§ Problem statement
Go through the records and show each line where the word "dimension" occurs.

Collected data
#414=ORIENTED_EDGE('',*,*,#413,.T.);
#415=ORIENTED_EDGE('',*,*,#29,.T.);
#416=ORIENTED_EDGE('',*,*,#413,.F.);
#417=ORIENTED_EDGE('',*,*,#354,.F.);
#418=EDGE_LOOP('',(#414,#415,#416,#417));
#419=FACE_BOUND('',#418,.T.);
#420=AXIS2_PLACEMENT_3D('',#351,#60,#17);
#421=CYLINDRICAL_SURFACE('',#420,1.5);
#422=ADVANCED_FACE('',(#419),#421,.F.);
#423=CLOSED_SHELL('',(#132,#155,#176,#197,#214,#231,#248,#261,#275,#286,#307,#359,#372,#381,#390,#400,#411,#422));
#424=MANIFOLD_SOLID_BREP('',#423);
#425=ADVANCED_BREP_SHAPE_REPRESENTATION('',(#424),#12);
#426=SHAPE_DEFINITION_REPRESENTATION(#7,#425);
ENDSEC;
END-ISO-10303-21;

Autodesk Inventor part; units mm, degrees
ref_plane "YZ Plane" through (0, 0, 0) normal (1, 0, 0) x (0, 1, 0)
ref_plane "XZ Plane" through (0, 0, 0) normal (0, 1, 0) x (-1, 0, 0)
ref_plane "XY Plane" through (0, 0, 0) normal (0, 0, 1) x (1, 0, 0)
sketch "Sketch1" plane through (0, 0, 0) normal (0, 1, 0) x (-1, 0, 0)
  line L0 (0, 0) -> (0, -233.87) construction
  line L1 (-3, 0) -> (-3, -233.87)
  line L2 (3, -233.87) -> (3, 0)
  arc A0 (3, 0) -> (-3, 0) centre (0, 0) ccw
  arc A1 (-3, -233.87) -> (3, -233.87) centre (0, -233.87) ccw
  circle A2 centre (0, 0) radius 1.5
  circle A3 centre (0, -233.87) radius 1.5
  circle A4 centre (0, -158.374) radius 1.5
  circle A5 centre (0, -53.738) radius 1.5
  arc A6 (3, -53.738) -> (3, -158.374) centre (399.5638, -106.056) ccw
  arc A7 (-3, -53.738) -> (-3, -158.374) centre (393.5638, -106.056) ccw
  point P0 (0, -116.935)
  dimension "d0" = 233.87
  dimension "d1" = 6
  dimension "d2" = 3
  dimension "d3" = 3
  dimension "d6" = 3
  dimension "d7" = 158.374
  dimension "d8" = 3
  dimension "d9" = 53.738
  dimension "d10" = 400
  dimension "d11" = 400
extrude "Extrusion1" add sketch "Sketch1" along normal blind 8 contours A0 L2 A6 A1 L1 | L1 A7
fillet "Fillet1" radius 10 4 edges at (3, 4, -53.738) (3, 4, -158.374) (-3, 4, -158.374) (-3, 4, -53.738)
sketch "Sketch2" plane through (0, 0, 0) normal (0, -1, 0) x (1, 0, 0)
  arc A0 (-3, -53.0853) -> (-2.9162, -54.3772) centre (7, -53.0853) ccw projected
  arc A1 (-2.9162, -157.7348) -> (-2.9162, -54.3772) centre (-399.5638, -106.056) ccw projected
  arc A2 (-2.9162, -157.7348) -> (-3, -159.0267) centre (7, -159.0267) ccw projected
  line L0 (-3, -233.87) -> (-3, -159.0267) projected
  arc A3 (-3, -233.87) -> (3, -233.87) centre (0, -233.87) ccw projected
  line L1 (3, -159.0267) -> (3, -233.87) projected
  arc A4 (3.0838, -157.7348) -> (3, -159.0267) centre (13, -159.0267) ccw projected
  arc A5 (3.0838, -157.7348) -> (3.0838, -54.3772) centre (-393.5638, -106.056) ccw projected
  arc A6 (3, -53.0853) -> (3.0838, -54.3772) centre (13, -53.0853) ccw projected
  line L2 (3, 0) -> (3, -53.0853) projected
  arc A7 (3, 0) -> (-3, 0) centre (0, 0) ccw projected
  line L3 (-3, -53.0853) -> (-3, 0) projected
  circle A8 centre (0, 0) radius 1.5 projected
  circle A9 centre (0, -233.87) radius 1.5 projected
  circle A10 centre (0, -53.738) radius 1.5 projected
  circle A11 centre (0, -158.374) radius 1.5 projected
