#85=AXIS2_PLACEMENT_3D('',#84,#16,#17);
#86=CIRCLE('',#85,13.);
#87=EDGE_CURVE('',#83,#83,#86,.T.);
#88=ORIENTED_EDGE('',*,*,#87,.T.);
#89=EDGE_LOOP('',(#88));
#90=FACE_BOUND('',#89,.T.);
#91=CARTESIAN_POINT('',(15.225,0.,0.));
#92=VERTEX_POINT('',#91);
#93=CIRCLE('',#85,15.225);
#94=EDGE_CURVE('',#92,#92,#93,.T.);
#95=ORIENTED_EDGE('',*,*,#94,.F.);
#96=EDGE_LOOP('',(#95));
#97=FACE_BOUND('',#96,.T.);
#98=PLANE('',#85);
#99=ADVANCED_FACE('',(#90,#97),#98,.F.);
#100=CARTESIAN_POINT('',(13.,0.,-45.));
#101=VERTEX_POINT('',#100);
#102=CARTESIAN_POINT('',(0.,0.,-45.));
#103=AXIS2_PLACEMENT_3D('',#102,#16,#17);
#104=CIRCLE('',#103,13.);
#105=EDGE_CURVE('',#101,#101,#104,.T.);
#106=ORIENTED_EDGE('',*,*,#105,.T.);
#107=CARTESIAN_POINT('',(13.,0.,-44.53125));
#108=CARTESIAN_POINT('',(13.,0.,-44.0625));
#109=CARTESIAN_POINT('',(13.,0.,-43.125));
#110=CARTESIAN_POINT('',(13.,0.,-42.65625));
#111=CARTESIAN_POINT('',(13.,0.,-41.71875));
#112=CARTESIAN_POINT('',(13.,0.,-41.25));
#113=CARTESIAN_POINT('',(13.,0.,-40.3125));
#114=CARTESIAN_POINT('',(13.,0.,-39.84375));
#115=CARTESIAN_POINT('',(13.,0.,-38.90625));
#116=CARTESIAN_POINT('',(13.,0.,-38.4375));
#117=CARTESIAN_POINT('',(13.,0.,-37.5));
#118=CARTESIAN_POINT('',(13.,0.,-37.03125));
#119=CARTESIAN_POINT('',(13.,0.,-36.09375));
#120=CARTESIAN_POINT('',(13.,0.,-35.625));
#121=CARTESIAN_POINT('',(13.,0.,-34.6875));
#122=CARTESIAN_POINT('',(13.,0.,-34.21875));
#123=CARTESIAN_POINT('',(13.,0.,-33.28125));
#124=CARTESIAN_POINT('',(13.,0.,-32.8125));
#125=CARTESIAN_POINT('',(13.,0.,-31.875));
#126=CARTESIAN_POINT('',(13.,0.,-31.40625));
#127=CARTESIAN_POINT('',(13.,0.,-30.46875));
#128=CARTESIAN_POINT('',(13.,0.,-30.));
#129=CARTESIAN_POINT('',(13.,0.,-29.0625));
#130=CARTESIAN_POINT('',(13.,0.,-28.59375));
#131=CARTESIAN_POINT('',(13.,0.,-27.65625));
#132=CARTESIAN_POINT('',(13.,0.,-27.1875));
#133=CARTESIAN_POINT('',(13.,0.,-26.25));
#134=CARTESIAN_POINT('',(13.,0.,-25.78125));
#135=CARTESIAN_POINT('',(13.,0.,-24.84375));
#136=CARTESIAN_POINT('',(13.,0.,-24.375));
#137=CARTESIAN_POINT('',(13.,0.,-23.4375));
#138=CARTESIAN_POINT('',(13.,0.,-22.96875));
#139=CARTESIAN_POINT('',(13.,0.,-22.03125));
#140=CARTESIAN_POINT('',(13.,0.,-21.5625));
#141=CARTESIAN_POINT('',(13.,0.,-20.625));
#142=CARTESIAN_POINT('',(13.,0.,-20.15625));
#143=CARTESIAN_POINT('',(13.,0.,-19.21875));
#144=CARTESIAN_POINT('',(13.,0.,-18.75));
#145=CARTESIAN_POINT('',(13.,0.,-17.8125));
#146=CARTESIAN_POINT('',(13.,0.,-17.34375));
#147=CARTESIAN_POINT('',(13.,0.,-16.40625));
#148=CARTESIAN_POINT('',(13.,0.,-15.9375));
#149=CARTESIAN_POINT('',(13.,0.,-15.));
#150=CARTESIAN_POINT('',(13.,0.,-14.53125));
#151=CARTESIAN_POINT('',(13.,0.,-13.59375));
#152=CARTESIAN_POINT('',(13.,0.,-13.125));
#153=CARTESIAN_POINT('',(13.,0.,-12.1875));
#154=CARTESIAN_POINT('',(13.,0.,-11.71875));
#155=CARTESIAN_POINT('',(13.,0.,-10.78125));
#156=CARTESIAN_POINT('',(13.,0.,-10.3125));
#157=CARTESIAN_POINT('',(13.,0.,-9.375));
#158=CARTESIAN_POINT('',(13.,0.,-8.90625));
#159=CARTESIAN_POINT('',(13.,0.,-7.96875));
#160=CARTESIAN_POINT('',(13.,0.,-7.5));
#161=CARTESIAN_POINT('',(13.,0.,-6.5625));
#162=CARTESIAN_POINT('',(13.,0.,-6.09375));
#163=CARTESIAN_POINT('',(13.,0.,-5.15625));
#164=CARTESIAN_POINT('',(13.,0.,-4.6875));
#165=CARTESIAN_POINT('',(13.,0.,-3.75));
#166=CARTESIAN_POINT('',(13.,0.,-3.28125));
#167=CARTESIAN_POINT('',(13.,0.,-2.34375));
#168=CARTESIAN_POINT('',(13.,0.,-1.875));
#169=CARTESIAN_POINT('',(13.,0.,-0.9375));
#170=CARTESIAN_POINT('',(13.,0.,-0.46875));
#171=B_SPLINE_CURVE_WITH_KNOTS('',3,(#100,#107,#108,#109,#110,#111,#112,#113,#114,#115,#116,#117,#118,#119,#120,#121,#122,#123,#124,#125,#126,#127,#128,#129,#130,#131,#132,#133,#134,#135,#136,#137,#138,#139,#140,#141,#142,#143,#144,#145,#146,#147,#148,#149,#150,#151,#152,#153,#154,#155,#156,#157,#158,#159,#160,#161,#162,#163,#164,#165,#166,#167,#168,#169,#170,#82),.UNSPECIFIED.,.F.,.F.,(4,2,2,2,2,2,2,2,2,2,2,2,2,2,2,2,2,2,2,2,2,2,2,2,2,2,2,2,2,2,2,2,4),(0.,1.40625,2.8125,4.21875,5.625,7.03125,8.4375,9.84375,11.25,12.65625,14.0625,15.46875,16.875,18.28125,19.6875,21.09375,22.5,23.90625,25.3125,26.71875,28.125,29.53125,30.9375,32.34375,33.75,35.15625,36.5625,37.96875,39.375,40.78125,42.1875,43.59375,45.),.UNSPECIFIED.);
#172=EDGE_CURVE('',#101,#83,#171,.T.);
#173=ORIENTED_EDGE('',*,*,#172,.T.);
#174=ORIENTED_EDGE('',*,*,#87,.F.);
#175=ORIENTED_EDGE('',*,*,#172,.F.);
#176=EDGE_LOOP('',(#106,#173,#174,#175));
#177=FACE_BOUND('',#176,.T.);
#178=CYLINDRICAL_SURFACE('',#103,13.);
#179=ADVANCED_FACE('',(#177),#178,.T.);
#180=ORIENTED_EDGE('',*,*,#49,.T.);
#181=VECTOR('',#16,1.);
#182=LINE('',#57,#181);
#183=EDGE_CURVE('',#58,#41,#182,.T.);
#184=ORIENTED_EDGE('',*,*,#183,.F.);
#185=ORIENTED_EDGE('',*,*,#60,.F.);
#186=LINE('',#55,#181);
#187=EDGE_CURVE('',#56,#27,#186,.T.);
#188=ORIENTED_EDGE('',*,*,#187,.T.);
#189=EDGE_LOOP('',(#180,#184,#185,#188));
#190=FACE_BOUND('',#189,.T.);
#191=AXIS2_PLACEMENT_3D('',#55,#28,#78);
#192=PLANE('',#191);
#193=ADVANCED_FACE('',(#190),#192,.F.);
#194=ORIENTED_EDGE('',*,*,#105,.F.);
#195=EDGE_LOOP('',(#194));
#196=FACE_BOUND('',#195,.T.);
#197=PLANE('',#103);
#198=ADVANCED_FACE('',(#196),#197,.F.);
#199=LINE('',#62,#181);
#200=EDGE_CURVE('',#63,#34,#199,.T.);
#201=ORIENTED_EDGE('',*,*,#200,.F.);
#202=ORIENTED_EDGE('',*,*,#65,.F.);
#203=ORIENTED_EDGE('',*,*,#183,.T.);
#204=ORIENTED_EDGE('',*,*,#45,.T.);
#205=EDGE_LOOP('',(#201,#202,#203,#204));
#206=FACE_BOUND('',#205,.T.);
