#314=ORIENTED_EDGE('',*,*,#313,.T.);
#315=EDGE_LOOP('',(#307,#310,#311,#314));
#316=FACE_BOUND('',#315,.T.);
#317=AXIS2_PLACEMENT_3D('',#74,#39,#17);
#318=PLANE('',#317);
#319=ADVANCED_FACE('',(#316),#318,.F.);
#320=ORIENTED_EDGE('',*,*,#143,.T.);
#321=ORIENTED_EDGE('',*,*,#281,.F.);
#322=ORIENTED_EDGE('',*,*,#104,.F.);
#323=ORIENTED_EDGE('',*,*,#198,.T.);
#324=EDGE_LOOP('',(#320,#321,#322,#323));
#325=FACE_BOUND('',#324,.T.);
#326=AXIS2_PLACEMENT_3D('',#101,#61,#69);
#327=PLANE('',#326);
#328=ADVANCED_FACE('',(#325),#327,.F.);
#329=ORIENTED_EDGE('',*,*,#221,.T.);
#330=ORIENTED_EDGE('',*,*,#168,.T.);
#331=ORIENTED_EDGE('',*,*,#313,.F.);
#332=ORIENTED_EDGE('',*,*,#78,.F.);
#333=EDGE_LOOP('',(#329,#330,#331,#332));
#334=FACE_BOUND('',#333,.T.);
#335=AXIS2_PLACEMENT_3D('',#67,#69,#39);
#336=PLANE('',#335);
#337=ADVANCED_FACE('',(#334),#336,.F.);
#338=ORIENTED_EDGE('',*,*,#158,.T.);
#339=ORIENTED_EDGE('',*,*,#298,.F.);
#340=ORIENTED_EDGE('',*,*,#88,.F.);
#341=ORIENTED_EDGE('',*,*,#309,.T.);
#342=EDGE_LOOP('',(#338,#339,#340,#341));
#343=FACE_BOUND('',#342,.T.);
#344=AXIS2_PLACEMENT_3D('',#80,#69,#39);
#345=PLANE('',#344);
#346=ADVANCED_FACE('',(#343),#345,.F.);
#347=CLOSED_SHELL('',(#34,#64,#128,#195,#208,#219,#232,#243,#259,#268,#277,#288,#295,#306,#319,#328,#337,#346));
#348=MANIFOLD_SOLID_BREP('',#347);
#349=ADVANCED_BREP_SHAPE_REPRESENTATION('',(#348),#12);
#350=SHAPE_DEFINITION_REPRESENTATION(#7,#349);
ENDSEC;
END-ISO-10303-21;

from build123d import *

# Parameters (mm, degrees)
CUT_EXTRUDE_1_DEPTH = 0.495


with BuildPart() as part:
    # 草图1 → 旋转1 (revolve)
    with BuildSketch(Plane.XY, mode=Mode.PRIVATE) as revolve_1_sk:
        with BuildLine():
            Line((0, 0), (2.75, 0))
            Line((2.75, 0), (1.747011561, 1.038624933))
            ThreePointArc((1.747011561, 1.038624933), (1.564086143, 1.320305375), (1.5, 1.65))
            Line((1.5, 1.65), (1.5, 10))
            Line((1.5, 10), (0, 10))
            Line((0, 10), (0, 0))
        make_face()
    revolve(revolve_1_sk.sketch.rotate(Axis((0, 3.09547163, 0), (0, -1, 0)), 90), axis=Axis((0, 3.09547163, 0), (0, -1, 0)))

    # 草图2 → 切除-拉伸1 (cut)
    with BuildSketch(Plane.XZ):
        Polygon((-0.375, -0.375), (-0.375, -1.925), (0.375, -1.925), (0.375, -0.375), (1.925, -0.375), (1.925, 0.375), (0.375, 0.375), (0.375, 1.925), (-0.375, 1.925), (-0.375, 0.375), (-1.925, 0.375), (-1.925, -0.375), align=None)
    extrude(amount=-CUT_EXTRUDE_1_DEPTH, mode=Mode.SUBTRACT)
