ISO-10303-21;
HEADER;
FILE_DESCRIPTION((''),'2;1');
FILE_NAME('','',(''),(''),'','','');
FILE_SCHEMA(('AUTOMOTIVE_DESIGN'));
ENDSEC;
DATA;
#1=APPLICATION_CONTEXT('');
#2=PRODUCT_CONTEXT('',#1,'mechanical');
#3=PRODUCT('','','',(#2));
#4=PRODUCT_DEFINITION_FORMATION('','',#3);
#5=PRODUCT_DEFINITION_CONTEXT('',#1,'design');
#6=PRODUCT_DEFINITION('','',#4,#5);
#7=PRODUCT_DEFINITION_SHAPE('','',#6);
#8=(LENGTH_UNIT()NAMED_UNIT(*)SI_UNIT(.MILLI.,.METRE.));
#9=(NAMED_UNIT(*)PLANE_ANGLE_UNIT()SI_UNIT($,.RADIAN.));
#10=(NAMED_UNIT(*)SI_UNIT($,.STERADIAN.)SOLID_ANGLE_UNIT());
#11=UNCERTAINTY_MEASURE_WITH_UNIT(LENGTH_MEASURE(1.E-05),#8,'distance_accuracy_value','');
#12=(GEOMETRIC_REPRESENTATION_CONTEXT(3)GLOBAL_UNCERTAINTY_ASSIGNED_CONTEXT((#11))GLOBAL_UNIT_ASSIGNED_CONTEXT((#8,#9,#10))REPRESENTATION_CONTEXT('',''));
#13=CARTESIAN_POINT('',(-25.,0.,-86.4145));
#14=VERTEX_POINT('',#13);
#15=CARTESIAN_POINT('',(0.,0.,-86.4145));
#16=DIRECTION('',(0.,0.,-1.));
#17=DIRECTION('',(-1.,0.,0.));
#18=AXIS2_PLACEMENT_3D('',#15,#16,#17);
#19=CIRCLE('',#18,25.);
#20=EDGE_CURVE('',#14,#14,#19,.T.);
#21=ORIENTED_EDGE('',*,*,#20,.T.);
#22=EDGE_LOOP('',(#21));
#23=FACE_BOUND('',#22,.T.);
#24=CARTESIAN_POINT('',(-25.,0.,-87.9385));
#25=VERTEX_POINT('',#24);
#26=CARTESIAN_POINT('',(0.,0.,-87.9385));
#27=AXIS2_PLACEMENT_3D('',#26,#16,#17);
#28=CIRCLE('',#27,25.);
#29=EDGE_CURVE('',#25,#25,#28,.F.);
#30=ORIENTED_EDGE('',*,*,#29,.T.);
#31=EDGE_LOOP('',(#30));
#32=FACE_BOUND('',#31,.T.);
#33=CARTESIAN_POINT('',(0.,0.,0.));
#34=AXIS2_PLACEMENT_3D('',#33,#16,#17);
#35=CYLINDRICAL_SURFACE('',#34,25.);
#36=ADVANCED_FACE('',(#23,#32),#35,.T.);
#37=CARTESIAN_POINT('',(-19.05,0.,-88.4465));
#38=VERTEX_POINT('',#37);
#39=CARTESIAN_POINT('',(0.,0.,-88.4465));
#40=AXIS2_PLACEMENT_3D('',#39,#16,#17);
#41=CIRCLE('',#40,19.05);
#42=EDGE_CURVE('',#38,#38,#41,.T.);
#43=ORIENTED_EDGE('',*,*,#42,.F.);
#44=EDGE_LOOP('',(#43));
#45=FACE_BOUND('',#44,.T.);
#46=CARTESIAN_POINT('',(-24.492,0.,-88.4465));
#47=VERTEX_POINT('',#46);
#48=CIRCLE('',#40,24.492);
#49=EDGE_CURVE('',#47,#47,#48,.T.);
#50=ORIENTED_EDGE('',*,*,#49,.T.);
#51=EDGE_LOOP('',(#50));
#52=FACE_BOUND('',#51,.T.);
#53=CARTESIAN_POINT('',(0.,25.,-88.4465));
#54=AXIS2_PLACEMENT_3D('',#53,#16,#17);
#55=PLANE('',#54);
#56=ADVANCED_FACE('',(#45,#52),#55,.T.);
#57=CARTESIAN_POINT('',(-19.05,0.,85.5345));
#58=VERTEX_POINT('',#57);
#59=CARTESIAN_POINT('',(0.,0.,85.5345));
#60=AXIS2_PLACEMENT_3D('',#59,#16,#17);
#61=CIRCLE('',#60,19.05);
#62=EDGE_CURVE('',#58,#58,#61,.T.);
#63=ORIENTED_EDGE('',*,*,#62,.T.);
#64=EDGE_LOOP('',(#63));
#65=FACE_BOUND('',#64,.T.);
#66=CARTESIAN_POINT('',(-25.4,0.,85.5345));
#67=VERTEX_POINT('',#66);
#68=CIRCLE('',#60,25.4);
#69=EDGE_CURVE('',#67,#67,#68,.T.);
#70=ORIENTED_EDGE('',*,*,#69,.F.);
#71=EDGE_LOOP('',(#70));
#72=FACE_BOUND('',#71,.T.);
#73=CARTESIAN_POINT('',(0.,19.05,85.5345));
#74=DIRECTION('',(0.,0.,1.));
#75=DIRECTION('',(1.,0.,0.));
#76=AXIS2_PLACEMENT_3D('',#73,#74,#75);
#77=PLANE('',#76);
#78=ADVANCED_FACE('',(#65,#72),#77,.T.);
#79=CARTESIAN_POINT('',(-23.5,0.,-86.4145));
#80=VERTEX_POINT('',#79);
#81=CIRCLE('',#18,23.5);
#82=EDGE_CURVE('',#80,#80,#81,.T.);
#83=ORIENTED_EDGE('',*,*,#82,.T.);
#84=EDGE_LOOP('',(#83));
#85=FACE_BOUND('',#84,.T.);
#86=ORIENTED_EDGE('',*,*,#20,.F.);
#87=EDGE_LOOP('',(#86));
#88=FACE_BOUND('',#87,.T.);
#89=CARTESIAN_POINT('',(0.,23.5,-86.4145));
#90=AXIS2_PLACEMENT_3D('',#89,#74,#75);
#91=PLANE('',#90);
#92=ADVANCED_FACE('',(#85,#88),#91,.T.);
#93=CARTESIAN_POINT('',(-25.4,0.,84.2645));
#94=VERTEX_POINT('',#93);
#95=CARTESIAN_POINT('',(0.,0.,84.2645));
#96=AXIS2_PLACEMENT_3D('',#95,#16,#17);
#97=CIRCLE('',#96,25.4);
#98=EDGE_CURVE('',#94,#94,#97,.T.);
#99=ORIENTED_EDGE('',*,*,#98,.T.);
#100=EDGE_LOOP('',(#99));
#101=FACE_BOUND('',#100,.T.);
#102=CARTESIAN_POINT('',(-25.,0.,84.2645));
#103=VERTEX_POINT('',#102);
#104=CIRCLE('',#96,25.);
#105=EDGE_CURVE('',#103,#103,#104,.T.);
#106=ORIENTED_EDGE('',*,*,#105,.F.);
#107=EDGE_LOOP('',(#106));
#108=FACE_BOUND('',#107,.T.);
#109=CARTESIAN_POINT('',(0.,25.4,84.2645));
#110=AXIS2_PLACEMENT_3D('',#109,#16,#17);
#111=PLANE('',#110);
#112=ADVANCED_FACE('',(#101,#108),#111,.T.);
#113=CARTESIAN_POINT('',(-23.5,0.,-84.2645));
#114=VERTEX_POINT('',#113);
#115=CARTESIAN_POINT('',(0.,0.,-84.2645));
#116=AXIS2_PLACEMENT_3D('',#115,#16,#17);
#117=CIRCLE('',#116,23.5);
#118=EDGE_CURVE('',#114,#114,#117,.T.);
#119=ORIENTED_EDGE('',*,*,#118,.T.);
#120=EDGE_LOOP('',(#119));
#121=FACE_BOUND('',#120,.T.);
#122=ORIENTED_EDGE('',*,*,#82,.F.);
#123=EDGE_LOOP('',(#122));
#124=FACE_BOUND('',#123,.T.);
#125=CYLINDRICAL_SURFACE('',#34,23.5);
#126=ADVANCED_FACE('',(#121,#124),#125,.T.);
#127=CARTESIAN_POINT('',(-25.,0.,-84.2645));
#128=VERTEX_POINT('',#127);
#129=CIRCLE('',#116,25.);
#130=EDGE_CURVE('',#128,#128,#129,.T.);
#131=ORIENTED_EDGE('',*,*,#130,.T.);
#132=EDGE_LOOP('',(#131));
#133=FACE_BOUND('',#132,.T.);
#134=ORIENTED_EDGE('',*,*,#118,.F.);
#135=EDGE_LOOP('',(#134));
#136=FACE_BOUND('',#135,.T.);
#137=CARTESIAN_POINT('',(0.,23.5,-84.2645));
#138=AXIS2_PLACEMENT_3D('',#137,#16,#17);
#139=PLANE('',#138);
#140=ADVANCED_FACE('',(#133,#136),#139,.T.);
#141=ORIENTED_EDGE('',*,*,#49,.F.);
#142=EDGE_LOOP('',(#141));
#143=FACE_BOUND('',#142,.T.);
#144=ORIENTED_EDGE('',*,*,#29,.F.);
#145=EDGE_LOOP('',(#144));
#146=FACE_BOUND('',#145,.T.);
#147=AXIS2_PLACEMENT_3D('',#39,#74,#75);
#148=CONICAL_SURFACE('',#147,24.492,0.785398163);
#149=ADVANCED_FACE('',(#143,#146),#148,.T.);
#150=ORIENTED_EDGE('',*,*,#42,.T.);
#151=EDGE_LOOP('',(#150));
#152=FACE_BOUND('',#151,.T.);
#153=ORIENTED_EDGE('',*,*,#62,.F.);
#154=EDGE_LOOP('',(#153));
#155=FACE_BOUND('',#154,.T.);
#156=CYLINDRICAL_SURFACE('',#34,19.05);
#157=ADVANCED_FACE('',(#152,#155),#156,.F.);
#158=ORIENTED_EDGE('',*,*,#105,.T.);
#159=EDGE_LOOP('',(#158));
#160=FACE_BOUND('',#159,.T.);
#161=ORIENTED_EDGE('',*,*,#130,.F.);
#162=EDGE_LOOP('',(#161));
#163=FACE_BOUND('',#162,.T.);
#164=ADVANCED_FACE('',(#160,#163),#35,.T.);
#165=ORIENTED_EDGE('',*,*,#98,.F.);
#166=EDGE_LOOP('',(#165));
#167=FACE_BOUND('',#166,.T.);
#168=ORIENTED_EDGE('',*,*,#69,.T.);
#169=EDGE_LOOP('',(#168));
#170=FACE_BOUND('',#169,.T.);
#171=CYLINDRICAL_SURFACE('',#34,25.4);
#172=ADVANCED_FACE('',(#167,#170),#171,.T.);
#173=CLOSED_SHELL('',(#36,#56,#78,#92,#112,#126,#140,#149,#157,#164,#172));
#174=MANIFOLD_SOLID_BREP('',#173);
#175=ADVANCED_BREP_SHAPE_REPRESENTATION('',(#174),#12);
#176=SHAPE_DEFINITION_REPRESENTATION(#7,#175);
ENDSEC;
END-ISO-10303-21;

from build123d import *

# Parameters (mm, degrees)
CHAMFER1_SIZE = 0.508


with BuildPart() as part:
    # Sketch1 → Revolve1 (revolve)
    with BuildSketch(Plane(origin=(0, 0, 0), x_dir=(0, 0, -1), z_dir=(1, 0, 0)), mode=Mode.PRIVATE) as revolve1_sk:
        Polygon((-85.5345, 19.05), (88.4465, 19.05), (88.4465, 25), (86.4145, 25), (86.4145, 23.5), (84.2645, 23.5), (84.2645, 25), (-84.2645, 25), (-84.2645, 25.4), (-85.5345, 25.4), align=None)
    revolve(revolve1_sk.sketch.rotate(Axis((0, 0, 0), (0, 0, 1)), 90), axis=Axis((0, 0, 0), (0, 0, 1)))

    # Chamfer1
    chamfer1_edges = [part.edges().sort_by_distance(p)[0] for p in [
        (25, 0, -88.4465),
    ]]
    chamfer(chamfer1_edges, length=CHAMFER1_SIZE)


solid = part.part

§ Solution to the exercise
  dimension "d0" = 233.87
  dimension "d1" = 6
  dimension "d2" = 3
  dimension "d3" = 3
  dimension "d6" = 3
  dimension "d7" = 158.374
  dimension "d8" = 3
  dimension "d9" = 53.738
  dimension "d10" = 400
  dimension "d11" = 400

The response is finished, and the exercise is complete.